Reading List and Resources
Required book for the course:
- Edward Angel, Dave Shreiner
Interactive Computer Graphics: a Top-Down Approach With Shader-Based OpenGL
6th edition, Addison-Wesley, 2012.
Publishers link
The reason we have been teaching based on Angel's book for several years now has been the fact, that it helps the student to understand OpenGL, which is one of the most important graphics standards there is. Most of you, when you go off to industry and have to do graphics will encounter OpenGL code. We hope, that latest at that time you will benefit from the exposure of this course and in particular this book. There is a new edition of this book coming in early 2014, which will focus on WebGL.
The drawback is that Angel's book is not 'complete'. One of the most relied upon graphics books has been:
- John F. Hughes, Andries van Dam, Morgan McGuire, David F. Sklar, James D. Foley, Steven K. Feiner, Kurt Akeley, Computer Graphics:
Principles and Practice, 3rd edition, Addison-Wesley 2014.
Publishers link
It just appeared in a new edition (the 2nd edition was from 1995) and is a good resource.

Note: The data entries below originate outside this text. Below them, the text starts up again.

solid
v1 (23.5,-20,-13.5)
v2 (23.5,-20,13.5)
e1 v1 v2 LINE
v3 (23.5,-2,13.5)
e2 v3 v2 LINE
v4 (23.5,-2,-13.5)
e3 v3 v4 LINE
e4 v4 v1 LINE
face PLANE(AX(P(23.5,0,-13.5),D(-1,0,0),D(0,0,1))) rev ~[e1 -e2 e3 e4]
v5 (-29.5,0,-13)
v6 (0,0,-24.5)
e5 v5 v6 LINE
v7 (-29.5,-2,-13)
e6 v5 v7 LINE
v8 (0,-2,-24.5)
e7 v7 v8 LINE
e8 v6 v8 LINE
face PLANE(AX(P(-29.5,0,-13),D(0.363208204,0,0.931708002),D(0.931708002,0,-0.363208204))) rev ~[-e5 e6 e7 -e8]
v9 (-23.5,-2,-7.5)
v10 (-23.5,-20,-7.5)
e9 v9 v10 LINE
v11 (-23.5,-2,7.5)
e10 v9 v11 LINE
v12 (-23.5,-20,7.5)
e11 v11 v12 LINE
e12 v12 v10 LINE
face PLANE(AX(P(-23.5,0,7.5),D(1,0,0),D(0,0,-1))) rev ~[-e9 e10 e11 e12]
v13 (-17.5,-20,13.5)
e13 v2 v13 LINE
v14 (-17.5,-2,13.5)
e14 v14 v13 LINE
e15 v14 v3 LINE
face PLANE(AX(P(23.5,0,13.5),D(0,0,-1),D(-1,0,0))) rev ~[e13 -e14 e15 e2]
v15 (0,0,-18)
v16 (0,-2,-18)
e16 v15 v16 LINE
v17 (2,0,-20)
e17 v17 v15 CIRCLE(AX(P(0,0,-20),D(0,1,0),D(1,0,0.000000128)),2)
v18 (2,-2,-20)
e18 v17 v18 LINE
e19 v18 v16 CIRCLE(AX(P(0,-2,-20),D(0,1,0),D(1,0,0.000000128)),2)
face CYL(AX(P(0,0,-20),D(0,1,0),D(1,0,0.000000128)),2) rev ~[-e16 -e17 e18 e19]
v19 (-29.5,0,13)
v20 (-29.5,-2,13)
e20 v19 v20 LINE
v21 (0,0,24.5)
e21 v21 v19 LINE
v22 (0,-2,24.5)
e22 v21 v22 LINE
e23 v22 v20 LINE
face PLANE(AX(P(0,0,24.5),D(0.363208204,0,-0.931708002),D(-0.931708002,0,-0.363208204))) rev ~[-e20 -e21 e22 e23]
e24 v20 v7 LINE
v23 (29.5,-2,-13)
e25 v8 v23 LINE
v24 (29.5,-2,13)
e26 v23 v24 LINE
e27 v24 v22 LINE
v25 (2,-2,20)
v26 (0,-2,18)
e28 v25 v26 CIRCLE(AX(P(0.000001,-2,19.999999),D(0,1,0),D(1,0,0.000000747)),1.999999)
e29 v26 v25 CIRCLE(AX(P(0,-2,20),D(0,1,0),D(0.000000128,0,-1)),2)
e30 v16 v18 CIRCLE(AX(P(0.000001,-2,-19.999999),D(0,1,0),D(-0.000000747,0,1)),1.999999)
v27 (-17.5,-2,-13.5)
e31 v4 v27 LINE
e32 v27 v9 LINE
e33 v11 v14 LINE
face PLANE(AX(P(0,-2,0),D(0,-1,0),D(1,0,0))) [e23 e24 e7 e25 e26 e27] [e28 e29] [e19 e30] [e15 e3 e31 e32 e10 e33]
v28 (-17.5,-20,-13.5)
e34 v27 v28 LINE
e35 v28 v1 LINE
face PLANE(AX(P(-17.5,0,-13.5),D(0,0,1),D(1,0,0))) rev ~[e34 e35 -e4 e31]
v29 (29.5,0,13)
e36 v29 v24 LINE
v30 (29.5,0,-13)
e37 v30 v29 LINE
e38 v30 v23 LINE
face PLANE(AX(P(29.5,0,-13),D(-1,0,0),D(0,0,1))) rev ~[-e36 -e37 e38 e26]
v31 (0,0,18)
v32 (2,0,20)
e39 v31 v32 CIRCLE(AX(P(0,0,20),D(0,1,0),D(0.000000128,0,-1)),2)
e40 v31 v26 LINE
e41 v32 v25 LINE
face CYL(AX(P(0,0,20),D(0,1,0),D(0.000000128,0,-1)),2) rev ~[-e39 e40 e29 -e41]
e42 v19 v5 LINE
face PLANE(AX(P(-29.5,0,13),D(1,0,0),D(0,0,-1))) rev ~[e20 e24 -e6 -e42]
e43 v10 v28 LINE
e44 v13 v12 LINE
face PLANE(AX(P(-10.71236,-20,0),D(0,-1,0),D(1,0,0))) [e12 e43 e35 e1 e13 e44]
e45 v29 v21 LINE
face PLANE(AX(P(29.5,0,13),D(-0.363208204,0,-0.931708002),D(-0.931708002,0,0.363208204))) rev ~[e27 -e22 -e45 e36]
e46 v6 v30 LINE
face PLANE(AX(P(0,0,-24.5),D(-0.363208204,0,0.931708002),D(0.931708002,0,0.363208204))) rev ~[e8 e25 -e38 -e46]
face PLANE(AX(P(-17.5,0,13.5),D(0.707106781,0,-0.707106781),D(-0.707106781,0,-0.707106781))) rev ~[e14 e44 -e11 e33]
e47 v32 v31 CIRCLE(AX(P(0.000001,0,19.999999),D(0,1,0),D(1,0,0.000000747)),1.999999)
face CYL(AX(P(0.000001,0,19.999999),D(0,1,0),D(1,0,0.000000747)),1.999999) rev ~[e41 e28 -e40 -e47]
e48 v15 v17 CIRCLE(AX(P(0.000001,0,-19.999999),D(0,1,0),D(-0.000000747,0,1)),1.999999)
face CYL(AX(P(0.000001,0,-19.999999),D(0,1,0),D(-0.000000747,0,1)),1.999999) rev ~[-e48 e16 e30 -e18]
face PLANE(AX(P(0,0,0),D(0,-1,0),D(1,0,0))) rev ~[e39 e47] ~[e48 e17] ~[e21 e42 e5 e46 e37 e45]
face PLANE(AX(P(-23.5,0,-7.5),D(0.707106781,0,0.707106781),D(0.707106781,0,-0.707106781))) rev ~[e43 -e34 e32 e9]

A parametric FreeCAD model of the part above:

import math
import FreeCAD as App
import Part
import Sketcher

doc = App.newDocument("Part")
body = doc.addObject("PartDesign::Body", "Body")

# Sketch on XZ plane
sketch1 = body.newObject("Sketcher::SketchObject", "Sketch")
sketch1.AttachmentSupport = (doc.getObject("XZ_Plane"), [""])
sketch1.MapMode = "FlatFace"
sketch1.addGeometry([
    Part.LineSegment(App.Vector(0, 24.5, 0), App.Vector(-29.5, 13, 0)),  # 0
    Part.LineSegment(App.Vector(-29.5, 13, 0), App.Vector(-29.5, -13, 0)),  # 1
    Part.LineSegment(App.Vector(-29.5, -13, 0), App.Vector(0, -24.5, 0)),  # 2
    Part.LineSegment(App.Vector(0, -24.5, 0), App.Vector(29.5, -13, 0)),  # 3
    Part.LineSegment(App.Vector(29.5, -13, 0), App.Vector(29.5, 13, 0)),  # 4
    Part.LineSegment(App.Vector(29.5, 13, 0), App.Vector(0, 24.5, 0)),  # 5
    Part.ArcOfCircle(Part.Circle(App.Vector(0, -20, 0), App.Vector(0, 0, 1), 2), math.radians(0), math.radians(90)),  # 6
    Part.ArcOfCircle(Part.Circle(App.Vector(0, -20, 0), App.Vector(0, 0, 1), 2), math.radians(90), math.radians(360)),  # 7
    Part.ArcOfCircle(Part.Circle(App.Vector(0, 20, 0), App.Vector(0, 0, 1), 2), math.radians(-90), math.radians(0)),  # 8
    Part.ArcOfCircle(Part.Circle(App.Vector(0, 20, 0), App.Vector(0, 0, 1), 2), math.radians(0), math.radians(270)),  # 9
    Part.LineSegment(App.Vector(-23.5, 7.5, 0), App.Vector(-17.5, 13.5, 0)),  # 10
    Part.LineSegment(App.Vector(-17.5, 13.5, 0), App.Vector(23.5, 13.5, 0)),  # 11
    Part.LineSegment(App.Vector(23.5, 13.5, 0), App.Vector(23.5, -13.5, 0)),  # 12
    Part.LineSegment(App.Vector(23.5, -13.5, 0), App.Vector(-17.5, -13.5, 0)),  # 13
    Part.LineSegment(App.Vector(-17.5, -13.5, 0), App.Vector(-23.5, -7.5, 0)),  # 14
    Part.LineSegment(App.Vector(-23.5, -7.5, 0), App.Vector(-23.5, 7.5, 0)),  # 15
], False)
sketch1.addConstraint([
    Sketcher.Constraint("Coincident", 0, 2, 1, 1),
    Sketcher.Constraint("Coincident", 1, 2, 2, 1),
    Sketcher.Constraint("Coincident", 2, 2, 3, 1),
    Sketcher.Constraint("Coincident", 3, 2, 4, 1),
    Sketcher.Constraint("Coincident", 4, 2, 5, 1),
    Sketcher.Constraint("Coincident", 5, 2, 0, 1),
    Sketcher.Constraint("Tangent", 6, 1, 7, 2),
    Sketcher.Constraint("Coincident", 7, 1, 6, 2),
    Sketcher.Constraint("Tangent", 8, 1, 9, 2),
    Sketcher.Constraint("Coincident", 9, 1, 8, 2),
    Sketcher.Constraint("Coincident", 10, 2, 11, 1),
    Sketcher.Constraint("Coincident", 11, 2, 12, 1),
    Sketcher.Constraint("Coincident", 12, 2, 13, 1),
    Sketcher.Constraint("Coincident", 13, 2, 14, 1),
    Sketcher.Constraint("Coincident", 14, 2, 15, 1),
    Sketcher.Constraint("Coincident", 15, 2, 10, 1),
    Sketcher.Constraint("Vertical", 1),
    Sketcher.Constraint("Vertical", 4),
    Sketcher.Constraint("Horizontal", 11),
    Sketcher.Constraint("Vertical", 12),
    Sketcher.Constraint("Horizontal", 13),
    Sketcher.Constraint("Vertical", 15),
    Sketcher.Constraint("Equal", 7, 8),
    Sketcher.Constraint("Symmetric", 6, 3, 8, 3, -1, 1),
    Sketcher.Constraint("Symmetric", 0, 2, 3, 2, -1, 1),
    Sketcher.Constraint("Symmetric", 2, 2, 5, 2, -1, 1),
    Sketcher.Constraint("Symmetric", 6, 1, 9, 1, -1),
    Sketcher.Constraint("Symmetric", 10, 2, 13, 2, -1),
    Sketcher.Constraint("PointOnObject", 2, 2, -2),
    Sketcher.Constraint("PointOnObject", 7, 1, -2),
    Sketcher.Constraint("PointOnObject", 8, 1, -2),
    Sketcher.Constraint("Parallel", 2, 5),
    Sketcher.Constraint("Perpendicular", 10, 14),
    Sketcher.Constraint("Horizontal", 1, 2, 3, 2),
    Sketcher.Constraint("Horizontal", 7, 3, 6, 1),
    Sketcher.Constraint("Equal", 10, 14),
    Sketcher.Constraint("Radius", 6, 1.999999),
    Sketcher.Constraint("DistanceX", 11, 1, 11, 2, 41.0),
    Sketcher.Constraint("DistanceY", 1, 2, 1, 1, 26.0),
    Sketcher.Constraint("DistanceY", 12, 2, 12, 1, 27.0),
    Sketcher.Constraint("DistanceY", 15, 1, 15, 2, 15.0),
    Sketcher.Constraint("DistanceY", 6, 3, -1, 1, 19.999999),
    Sketcher.Constraint("DistanceX", 0, 2, 10, 2, 12.0),
    Sketcher.Constraint("DistanceX", 11, 2, 4, 2, 6.0),
    Sketcher.Constraint("DistanceY", 2, 2, -1, 1, 24.5),
])
pad1 = body.newObject("PartDesign::Pad", "Pad")
pad1.Profile = sketch1
pad1.Length = 2

# Sketch on XZ plane
sketch2 = body.newObject("Sketcher::SketchObject", "Sketch001")
sketch2.AttachmentSupport = (doc.getObject("XZ_Plane"), [""])
sketch2.MapMode = "FlatFace"
sketch2.addGeometry([
    Part.LineSegment(App.Vector(-18, 14, 0), App.Vector(-24, 8, 0)),  # 0
    Part.LineSegment(App.Vector(-24, 8, 0), App.Vector(-24, -8, 0)),  # 1
    Part.LineSegment(App.Vector(-24, -8, 0), App.Vector(-18, -14, 0)),  # 2
    Part.LineSegment(App.Vector(-18, -14, 0), App.Vector(24, -14, 0)),  # 3
    Part.LineSegment(App.Vector(24, -14, 0), App.Vector(24, 14, 0)),  # 4
    Part.LineSegment(App.Vector(24, 14, 0), App.Vector(-18, 14, 0)),  # 5
], False)
sketch2.addConstraint([
    Sketcher.Constraint("Coincident", 0, 2, 1, 1),
    Sketcher.Constraint("Coincident", 1, 2, 2, 1),
    Sketcher.Constraint("Coincident", 2, 2, 3, 1),
    Sketcher.Constraint("Coincident", 3, 2, 4, 1),
    Sketcher.Constraint("Coincident", 4, 2, 5, 1),
    Sketcher.Constraint("Coincident", 5, 2, 0, 1),
    Sketcher.Constraint("Vertical", 1),
    Sketcher.Constraint("Horizontal", 3),
    Sketcher.Constraint("Vertical", 4),
    Sketcher.Constraint("Horizontal", 5),
    Sketcher.Constraint("Symmetric", 2, 2, 5, 2, -1),
    Sketcher.Constraint("Perpendicular", 0, 2),
    Sketcher.Constraint("Equal", 0, 2),
    Sketcher.Constraint("DistanceX", 3, 1, 3, 2, 41.0),
    Sketcher.Constraint("DistanceY", 1, 2, 1, 1, 15.0),
    Sketcher.Constraint("DistanceY", 4, 1, 4, 2, 27.0),
    Sketcher.Constraint("DistanceX", 0, 2, -1, 1, 23.5),
])
pad2 = body.newObject("PartDesign::Pad", "Pad001")
pad2.Profile = sketch2
pad2.Length = 20

doc.recompute()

If there is any book, that can replace Hughes et al., it ought to be the one by Shirley et al. There are a number of people who really like it and I can only highly recommend it:
- Peter Shirley, Michael Ashikhmin, Steve Marschner,
Fundamentals of Computer Graphics, 3rd edition, AK Peters/CRC Press 2009.
Publishers link
Last, but not least, a great companion for all questions regarding 'OpenGL' is the SuperBible:
- Richard S. Wright Jr., Nicholas Haemel, Graham Sellers, Benjamin Lipchak,
OpenGL SuperBible: Comprehensive Tutorial and Reference, 6th edition, Addison-Wesley 2010.
Book Homepage
Make sure to check out at least the fifth edition, since only that edition will cover the new OpenGL (after release 3.x).